Scikit-learn user guide (2017) [pdf] (scikit-learn.org)
140 points by ghosthamlet 8 months ago

If you want to learn machine learning, there're much better material to start with. For example, this: http://www-bcf.usc.edu/~gareth/ISL/

I agree that this text is great for machine learning theory, but often times non-students learn better through learning tools while solving real problems, rather than focusing on theory. Scikit-learn is an amazing tool for facilitating problem based machine learning. I don’t feel the same way about R unless the student has a statistics degree already...

The course actually teaches statistics. R is only used to illustrate the concepts.

so much value in one free python library. inspiring.

also ironic that it is for free, but adjustments to real world business problems are as expensive as you want (consultants, coders)

What is it exactly?

sklearn (scikit-learn) is a machine learning library for Python. In practice, it's useful for integrating a whole zoo of machine learning models for a range of tasks (supervised, unsupervised) and varying strategies within these domains (e.g., decision-tree based models, regression, neural networks) into a simple API, where the following three lines of Python code do 80% of the ML work for you.

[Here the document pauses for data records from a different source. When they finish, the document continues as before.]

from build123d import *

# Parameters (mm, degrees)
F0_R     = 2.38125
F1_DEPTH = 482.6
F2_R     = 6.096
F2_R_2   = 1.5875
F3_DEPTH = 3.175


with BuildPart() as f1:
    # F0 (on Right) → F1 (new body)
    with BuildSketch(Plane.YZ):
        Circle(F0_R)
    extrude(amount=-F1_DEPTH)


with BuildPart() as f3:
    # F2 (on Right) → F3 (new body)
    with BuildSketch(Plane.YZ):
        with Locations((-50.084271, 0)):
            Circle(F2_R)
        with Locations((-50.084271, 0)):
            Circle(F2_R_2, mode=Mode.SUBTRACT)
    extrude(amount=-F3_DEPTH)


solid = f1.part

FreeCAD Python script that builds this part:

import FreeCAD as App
import Part
import Sketcher

V = App.Vector
Q = App.Units.Quantity

doc = App.newDocument("Part")
params = doc.addObject("Spreadsheet::Sheet", "Params")
for row, (alias, value) in enumerate([
    ("sketch1_diameter", "0.1875 in"),
    ("pad1_length", "19 in"),
    ("sketch2_diameter", "0.48 in"),
    ("sketch2_diameter2", "0.125 in"),
    ("pad2_length", "0.125 in"),
], start=1):
    params.set(f"A{row}", alias)
    params.set(f"B{row}", "=" + value)
    params.setAlias(f"B{row}", alias)

body = doc.addObject("PartDesign::Body", "Body")

# Sketch on YZ plane
sketch1 = doc.addObject("Sketcher::SketchObject", "Sketch")
body.addObject(sketch1)
sketch1.AttachmentSupport = (doc.YZ_Plane, [""])
sketch1.MapMode = "FlatFace"
sketch1.addGeometry(Part.Circle(V(0, 0, 0), V(0, 0, 1), 2.4), False)
sketch1.addConstraint([
    Sketcher.Constraint("Coincident", 0, 3, -1, 1),
    Sketcher.Constraint("Diameter", 0, Q("0.1875 in")),
])
sketch1.setExpression("Constraints[1]", "Params.sketch1_diameter")
pad1 = doc.addObject("PartDesign::Pad", "Pad")
body.addObject(pad1)
pad1.Profile = sketch1
pad1.setExpression("Length", "Params.pad1_length")
pad1.Reversed = True
body2 = doc.addObject("PartDesign::Body", "Body001")

# Sketch on YZ plane
sketch2 = doc.addObject("Sketcher::SketchObject", "Sketch001")
body2.addObject(sketch2)
sketch2.AttachmentSupport = (doc.getObject("YZ_Plane001"), [""])
sketch2.MapMode = "FlatFace"
sketch2.addGeometry([
    Part.Circle(V(-50.1, 0, 0), V(0, 0, 1), 6.1),
    Part.Circle(V(-50.1, 0, 0), V(0, 0, 1), 1.6),
], False)
sketch2.addConstraint([
    Sketcher.Constraint("Coincident", 1, 3, 0, 3),
    Sketcher.Constraint("PointOnObject", 0, 3, -1),
    Sketcher.Constraint("Diameter", 0, Q("0.48 in")),
    Sketcher.Constraint("Diameter", 1, Q("0.125 in")),
    Sketcher.Constraint("DistanceX", 0, 3, -1, 1, 50.084271),
])
sketch2.setExpression("Constraints[2]", "Params.sketch2_diameter")
sketch2.setExpression("Constraints[3]", "Params.sketch2_diameter2")
pad2 = doc.addObject("PartDesign::Pad", "Pad001")
body2.addObject(pad2)
pad2.Profile = sketch2
pad2.setExpression("Length", "Params.pad2_length")
pad2.Reversed = True
body2.Visibility = False

doc.recompute()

>>> model = [insert sklearn class here]

>>> model.fit(trainX, trainY)

>>> model.predict(testX)

The entire scikit-learn Documentation in a single PDF.

We've updated the title from the submitted “One book to rule Machine Learning: glorious sklearn doc over 2000 pages” which is... not the original (like the guidelines ask).


I have to admit that the sales pitch of the document is on point, however they could leave the revision history out as I see not much value added there.

You can bring it up as an issue on github. They can probably move it down to the bottom.

The change log has A LOT of value if you are trying to figure out what version you should upgrade to. If you are stuck on an older version, then you need to understand what value you gain by potentially introducing new bugs into your product.

They also credit everybody who has worked on the project, which is super important.

You have a good point, thanks. Maybe my reflexion was more about the scope of the pdf, no point in bundling things not relevant to learning the library and that maybe need easier discoverability than a pdf anyway.

It is quite navigable. You can click anywhere on the table of content and it will get you right there. There is also a sidebar with bookmarks that work. You can basically skip 70 pages. Considering it is already 2000 pages, you have to use the table of contents already.

The scope of the PDF is to be the full documentation. If you were used to doing something a certain way, you need to know that things changed.